◆ DATA RECORDS:
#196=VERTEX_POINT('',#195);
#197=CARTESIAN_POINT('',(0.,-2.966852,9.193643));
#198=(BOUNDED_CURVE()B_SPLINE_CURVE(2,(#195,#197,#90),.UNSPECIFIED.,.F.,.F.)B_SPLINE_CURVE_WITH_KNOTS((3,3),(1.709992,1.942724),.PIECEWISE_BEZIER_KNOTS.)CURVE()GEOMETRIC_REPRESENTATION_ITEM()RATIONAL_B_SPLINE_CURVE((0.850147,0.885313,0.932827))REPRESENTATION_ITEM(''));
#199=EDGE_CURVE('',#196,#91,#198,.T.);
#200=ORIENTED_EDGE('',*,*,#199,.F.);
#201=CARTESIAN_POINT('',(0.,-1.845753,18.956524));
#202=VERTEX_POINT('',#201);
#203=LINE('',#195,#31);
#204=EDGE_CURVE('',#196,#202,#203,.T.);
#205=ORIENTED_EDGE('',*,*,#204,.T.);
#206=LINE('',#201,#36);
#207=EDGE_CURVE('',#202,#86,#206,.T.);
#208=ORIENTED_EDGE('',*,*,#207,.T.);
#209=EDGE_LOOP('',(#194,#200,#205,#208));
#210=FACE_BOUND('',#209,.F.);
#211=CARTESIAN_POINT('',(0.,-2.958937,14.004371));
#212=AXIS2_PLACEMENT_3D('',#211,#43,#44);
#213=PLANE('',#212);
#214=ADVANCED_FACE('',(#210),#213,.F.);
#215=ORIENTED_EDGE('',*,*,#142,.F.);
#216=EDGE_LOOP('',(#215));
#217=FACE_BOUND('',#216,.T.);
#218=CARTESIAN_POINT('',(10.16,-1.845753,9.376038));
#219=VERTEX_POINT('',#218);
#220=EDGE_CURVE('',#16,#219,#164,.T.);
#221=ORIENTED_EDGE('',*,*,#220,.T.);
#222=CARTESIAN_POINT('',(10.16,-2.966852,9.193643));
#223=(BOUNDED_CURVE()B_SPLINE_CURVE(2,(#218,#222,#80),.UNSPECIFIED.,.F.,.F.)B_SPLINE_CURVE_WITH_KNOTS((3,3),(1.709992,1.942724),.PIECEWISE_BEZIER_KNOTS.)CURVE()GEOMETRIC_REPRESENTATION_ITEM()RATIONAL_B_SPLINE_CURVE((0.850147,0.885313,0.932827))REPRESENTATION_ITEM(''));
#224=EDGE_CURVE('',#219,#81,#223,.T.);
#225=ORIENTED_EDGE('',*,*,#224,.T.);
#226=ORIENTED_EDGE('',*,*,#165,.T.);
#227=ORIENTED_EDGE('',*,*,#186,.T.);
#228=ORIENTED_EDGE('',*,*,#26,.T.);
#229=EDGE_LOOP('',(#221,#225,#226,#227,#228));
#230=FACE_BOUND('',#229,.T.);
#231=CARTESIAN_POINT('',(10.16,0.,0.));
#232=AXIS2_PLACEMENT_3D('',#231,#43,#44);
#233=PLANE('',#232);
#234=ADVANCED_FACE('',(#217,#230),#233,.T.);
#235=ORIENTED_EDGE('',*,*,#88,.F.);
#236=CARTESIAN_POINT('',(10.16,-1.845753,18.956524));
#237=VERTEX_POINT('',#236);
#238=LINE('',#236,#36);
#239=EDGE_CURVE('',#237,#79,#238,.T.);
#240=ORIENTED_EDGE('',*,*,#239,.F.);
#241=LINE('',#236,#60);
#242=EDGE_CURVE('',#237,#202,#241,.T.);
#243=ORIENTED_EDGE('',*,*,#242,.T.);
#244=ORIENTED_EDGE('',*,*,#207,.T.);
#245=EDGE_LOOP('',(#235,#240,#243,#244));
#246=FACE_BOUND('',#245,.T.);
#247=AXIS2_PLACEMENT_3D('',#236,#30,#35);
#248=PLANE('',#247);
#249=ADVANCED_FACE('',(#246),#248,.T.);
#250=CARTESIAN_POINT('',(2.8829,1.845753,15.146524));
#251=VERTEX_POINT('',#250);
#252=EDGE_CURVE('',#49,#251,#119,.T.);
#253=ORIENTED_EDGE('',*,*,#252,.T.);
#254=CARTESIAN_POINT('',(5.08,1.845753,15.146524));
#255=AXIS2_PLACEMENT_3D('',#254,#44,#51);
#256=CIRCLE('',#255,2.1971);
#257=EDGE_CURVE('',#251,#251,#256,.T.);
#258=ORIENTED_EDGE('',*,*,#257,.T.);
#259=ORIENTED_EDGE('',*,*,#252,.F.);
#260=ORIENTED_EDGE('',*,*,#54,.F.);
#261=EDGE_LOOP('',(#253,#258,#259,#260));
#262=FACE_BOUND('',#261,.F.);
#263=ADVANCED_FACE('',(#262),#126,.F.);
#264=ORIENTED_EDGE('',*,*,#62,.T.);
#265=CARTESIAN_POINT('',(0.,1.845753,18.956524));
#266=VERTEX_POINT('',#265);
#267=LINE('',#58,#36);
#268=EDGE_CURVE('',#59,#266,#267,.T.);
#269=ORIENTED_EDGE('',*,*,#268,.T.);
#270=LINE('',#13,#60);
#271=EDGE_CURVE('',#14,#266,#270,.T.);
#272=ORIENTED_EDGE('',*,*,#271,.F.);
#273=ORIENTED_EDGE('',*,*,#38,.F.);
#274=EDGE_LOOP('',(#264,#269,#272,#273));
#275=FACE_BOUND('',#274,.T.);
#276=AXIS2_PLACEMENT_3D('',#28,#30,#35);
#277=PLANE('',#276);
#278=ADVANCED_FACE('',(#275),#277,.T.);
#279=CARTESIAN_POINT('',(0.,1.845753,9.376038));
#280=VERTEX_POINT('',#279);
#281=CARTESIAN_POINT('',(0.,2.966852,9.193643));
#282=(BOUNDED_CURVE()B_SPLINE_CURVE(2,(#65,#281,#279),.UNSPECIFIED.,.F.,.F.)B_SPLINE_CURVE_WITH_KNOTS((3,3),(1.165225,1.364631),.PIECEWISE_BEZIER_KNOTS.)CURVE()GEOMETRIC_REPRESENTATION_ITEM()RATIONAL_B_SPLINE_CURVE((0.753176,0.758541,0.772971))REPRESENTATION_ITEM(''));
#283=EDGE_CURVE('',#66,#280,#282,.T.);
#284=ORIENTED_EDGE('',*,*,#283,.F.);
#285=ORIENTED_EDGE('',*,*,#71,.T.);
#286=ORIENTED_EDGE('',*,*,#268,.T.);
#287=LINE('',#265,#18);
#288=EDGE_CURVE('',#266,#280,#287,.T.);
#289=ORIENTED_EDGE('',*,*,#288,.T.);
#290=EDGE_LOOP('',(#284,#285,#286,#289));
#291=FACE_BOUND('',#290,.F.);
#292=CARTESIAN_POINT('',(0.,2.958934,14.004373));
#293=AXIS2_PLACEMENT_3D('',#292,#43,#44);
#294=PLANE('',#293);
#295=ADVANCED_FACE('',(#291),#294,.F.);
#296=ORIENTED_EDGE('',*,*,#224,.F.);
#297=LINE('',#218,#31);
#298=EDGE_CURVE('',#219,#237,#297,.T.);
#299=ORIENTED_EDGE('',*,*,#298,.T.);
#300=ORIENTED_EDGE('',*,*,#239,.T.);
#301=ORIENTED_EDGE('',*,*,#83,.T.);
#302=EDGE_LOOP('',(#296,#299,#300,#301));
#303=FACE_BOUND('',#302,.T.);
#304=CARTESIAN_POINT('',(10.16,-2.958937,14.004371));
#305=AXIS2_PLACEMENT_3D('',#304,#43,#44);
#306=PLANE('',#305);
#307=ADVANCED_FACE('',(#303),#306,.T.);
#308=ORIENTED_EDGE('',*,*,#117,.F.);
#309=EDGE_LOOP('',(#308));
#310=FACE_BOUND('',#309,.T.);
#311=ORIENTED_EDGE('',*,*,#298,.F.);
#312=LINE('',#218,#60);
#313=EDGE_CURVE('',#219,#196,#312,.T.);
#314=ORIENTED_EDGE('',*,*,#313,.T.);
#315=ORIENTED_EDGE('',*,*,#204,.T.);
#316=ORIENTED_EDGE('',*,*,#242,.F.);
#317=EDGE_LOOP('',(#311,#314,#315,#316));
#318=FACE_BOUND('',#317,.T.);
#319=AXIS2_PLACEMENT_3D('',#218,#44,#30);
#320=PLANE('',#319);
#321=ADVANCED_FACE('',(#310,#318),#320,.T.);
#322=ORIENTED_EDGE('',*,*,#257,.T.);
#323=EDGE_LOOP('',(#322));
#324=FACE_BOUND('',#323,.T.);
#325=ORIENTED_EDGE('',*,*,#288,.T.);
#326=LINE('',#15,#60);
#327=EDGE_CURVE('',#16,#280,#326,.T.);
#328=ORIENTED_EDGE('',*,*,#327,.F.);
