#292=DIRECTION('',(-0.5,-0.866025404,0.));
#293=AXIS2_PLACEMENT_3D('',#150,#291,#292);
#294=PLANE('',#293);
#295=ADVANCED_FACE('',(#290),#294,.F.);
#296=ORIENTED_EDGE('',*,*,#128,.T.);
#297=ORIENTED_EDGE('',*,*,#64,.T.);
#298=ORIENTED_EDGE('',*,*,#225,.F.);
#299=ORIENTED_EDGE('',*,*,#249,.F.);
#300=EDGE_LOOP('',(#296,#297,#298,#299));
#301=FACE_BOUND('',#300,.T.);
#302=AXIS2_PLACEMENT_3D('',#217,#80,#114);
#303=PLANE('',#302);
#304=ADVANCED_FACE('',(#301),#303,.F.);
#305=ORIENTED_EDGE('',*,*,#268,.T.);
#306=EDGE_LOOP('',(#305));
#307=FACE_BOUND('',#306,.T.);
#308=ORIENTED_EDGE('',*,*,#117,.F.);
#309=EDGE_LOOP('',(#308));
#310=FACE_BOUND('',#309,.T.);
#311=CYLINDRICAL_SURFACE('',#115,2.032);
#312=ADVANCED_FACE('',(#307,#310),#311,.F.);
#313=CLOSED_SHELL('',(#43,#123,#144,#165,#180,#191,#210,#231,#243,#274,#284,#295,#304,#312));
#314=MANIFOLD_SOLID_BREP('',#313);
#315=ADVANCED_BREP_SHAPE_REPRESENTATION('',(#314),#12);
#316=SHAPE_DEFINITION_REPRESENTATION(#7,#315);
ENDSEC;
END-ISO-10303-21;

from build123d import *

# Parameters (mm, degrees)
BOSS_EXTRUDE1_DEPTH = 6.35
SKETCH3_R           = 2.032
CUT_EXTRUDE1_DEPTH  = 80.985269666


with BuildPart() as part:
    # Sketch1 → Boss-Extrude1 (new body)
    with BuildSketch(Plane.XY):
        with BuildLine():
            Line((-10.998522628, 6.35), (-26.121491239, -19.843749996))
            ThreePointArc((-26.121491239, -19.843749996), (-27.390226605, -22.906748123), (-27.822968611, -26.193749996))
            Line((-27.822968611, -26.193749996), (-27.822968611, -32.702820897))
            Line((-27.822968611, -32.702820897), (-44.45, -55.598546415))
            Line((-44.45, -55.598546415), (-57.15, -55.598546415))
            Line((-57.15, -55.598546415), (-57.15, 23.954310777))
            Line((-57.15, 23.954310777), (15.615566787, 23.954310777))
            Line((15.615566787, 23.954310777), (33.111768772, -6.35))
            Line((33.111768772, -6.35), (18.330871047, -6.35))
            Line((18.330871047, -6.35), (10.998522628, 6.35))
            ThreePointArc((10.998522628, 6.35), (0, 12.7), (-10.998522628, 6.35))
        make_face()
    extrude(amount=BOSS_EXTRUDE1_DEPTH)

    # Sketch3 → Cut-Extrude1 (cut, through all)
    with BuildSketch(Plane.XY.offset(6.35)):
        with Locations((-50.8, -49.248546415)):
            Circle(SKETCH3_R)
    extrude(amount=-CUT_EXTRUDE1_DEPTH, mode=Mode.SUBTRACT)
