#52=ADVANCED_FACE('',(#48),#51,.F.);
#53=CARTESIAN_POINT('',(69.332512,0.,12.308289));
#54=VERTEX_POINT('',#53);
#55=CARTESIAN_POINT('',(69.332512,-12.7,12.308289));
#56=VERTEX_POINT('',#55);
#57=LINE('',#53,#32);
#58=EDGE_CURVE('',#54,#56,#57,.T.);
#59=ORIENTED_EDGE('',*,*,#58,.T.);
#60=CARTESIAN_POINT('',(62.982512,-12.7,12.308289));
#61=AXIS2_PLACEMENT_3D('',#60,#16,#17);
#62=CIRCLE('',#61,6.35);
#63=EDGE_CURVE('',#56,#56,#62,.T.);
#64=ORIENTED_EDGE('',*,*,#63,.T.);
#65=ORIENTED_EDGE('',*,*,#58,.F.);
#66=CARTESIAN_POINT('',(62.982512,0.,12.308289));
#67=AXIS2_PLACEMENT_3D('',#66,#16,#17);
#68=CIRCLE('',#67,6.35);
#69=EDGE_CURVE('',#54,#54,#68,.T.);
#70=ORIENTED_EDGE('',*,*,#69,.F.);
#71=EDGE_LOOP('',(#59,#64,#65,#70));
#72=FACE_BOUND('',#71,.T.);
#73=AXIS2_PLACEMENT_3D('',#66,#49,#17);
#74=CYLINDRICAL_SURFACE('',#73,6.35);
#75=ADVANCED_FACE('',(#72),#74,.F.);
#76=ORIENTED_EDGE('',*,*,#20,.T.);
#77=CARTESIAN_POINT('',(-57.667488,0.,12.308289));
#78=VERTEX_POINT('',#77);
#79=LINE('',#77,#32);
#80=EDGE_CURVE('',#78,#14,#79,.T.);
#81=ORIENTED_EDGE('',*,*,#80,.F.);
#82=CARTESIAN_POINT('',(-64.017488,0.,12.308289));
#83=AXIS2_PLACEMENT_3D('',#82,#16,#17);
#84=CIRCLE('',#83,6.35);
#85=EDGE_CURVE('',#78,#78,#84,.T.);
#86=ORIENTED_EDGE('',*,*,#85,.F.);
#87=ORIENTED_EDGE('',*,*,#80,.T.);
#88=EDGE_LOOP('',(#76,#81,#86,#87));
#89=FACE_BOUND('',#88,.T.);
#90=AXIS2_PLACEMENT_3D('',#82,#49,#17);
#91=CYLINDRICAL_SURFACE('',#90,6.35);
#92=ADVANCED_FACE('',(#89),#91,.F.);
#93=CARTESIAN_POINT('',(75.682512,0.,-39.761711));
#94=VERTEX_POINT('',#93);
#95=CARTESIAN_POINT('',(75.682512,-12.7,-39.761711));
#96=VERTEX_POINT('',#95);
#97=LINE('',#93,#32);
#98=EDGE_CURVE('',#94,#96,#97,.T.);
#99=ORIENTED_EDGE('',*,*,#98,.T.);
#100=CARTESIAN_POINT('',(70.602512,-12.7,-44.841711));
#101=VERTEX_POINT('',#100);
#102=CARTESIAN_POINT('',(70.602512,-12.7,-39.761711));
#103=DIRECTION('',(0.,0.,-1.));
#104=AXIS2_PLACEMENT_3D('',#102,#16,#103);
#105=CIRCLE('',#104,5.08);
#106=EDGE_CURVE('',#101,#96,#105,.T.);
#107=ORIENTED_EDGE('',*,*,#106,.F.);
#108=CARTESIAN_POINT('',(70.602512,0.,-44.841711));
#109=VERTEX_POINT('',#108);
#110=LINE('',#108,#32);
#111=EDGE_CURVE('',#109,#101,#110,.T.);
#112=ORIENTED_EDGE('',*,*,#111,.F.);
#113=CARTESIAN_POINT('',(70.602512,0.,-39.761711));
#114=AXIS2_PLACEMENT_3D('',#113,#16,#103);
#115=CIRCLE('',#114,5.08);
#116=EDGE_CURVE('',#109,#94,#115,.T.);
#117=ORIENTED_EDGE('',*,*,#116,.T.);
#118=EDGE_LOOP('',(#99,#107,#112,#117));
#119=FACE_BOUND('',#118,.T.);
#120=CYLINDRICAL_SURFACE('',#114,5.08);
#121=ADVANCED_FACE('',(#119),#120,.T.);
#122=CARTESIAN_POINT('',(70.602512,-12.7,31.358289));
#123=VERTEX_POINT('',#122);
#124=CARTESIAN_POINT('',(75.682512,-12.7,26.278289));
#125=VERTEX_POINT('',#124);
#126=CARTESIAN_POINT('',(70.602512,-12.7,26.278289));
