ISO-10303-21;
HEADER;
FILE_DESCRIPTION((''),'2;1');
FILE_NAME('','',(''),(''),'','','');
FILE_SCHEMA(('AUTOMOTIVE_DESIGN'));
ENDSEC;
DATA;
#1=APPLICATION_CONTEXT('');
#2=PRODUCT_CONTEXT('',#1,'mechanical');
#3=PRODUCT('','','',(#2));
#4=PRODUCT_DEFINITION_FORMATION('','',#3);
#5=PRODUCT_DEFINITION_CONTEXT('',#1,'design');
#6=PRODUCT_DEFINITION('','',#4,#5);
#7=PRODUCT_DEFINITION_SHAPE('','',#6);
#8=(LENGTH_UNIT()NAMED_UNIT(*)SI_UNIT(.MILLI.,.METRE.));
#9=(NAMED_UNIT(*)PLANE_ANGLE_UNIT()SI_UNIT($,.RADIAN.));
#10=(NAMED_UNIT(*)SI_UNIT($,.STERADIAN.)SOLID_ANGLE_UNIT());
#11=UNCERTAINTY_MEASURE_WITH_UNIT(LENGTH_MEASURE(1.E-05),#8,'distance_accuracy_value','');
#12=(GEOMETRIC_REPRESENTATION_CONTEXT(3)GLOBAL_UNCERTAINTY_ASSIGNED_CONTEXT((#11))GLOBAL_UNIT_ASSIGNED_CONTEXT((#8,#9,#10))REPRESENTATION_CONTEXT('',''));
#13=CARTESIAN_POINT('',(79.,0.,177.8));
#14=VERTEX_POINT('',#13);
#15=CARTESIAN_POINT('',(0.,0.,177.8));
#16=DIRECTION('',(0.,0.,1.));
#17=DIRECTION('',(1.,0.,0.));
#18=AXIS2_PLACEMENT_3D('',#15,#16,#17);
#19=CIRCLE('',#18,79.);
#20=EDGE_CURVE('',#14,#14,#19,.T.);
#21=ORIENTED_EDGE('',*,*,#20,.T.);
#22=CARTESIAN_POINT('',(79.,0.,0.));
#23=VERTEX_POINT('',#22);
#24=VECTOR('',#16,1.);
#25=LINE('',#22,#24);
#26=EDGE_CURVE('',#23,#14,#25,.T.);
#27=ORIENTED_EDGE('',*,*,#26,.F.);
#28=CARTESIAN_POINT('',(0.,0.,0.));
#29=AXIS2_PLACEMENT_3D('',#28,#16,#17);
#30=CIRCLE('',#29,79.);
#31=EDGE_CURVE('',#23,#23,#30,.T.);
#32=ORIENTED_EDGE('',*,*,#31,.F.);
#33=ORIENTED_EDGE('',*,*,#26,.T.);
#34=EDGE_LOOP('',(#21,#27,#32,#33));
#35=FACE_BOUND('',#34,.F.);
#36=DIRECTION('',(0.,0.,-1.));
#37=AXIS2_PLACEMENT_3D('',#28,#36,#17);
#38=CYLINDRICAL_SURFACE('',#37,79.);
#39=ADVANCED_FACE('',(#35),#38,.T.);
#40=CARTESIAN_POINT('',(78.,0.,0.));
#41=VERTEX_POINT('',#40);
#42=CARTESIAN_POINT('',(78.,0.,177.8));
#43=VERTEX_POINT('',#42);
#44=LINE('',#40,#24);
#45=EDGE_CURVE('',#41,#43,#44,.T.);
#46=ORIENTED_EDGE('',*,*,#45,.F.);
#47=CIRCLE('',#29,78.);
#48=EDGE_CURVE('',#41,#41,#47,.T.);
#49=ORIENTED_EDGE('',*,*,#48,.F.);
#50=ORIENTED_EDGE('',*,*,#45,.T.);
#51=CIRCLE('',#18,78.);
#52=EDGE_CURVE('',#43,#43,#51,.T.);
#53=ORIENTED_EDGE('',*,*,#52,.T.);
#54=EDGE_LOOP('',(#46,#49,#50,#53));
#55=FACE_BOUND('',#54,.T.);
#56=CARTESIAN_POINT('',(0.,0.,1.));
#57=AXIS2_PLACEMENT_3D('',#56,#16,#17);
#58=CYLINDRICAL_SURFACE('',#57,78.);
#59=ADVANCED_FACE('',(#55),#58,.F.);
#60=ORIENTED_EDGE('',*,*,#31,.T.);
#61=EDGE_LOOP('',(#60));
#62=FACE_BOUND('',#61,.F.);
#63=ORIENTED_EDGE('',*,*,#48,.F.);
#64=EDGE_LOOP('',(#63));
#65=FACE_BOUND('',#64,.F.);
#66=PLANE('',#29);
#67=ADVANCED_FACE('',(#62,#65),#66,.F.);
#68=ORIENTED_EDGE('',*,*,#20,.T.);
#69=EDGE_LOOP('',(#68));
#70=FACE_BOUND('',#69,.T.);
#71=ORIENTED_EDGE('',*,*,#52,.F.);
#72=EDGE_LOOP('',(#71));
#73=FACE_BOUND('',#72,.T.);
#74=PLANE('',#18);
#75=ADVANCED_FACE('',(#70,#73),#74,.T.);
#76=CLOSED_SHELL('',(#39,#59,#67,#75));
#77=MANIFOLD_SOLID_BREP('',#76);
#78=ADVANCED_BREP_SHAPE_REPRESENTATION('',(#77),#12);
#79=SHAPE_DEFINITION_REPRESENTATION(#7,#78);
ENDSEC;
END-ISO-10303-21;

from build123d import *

# Parameters (mm, degrees)
F0_R     = 79
F1_DEPTH = 177.8
F2_T     = -1
F3_DEPTH = 1.001
F4_R     = 2
F5_DEPTH = 110


with BuildPart() as f1:
    # F0 (on Top) → F1 (new body)
    with BuildSketch(Plane.XY):
        Circle(F0_R)
    extrude(amount=F1_DEPTH)

    # F2
    f2_openings = [f1.faces().sort_by_distance(p)[0] for p in [
        (0, 0, 177.8),
    ]]
    offset(amount=F2_T, openings=f2_openings)

    # F3 (cut, through all): a face of the model
    f3_faces = [f1.faces().sort_by_distance(p)[0] for p in [
        (0, 0, 1),
    ]]
    extrude(f3_faces, amount=-F3_DEPTH, mode=Mode.SUBTRACT)


with BuildPart() as f5:
    # F4 (on Top) → F5 (new body)
    with BuildSketch(Plane.XY):
        with Locations((-59.2270195484, 59.6657395363)):
            Circle(F4_R)
    extrude(amount=F5_DEPTH)


solid = f1.part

◆ WHAT NEEDS TO BE DONE: Restate word for word the lines of the data above, starting at the line containing "#219=VERTEX_POINT('',#218);" and ending at the line containing "#231=CARTESIAN_POINT('',(10.16,0.,0.));", both included, and nothing more.

◆ SOLUTION TO THE PROBLEM:
#219=VERTEX_POINT('',#218);
#220=EDGE_CURVE('',#16,#219,#164,.T.);
#221=ORIENTED_EDGE('',*,*,#220,.T.);
#222=CARTESIAN_POINT('',(10.16,-2.966852,9.193643));
#223=(BOUNDED_CURVE()B_SPLINE_CURVE(2,(#218,#222,#80),.UNSPECIFIED.,.F.,.F.)B_SPLINE_CURVE_WITH_KNOTS((3,3),(1.709992,1.942724),.PIECEWISE_BEZIER_KNOTS.)CURVE()GEOMETRIC_REPRESENTATION_ITEM()RATIONAL_B_SPLINE_CURVE((0.850147,0.885313,0.932827))REPRESENTATION_ITEM(''));
#224=EDGE_CURVE('',#219,#81,#223,.T.);
#225=ORIENTED_EDGE('',*,*,#224,.T.);
#226=ORIENTED_EDGE('',*,*,#165,.T.);
#227=ORIENTED_EDGE('',*,*,#186,.T.);
#228=ORIENTED_EDGE('',*,*,#26,.T.);
#229=EDGE_LOOP('',(#221,#225,#226,#227,#228));
#230=FACE_BOUND('',#229,.T.);
#231=CARTESIAN_POINT('',(10.16,0.,0.));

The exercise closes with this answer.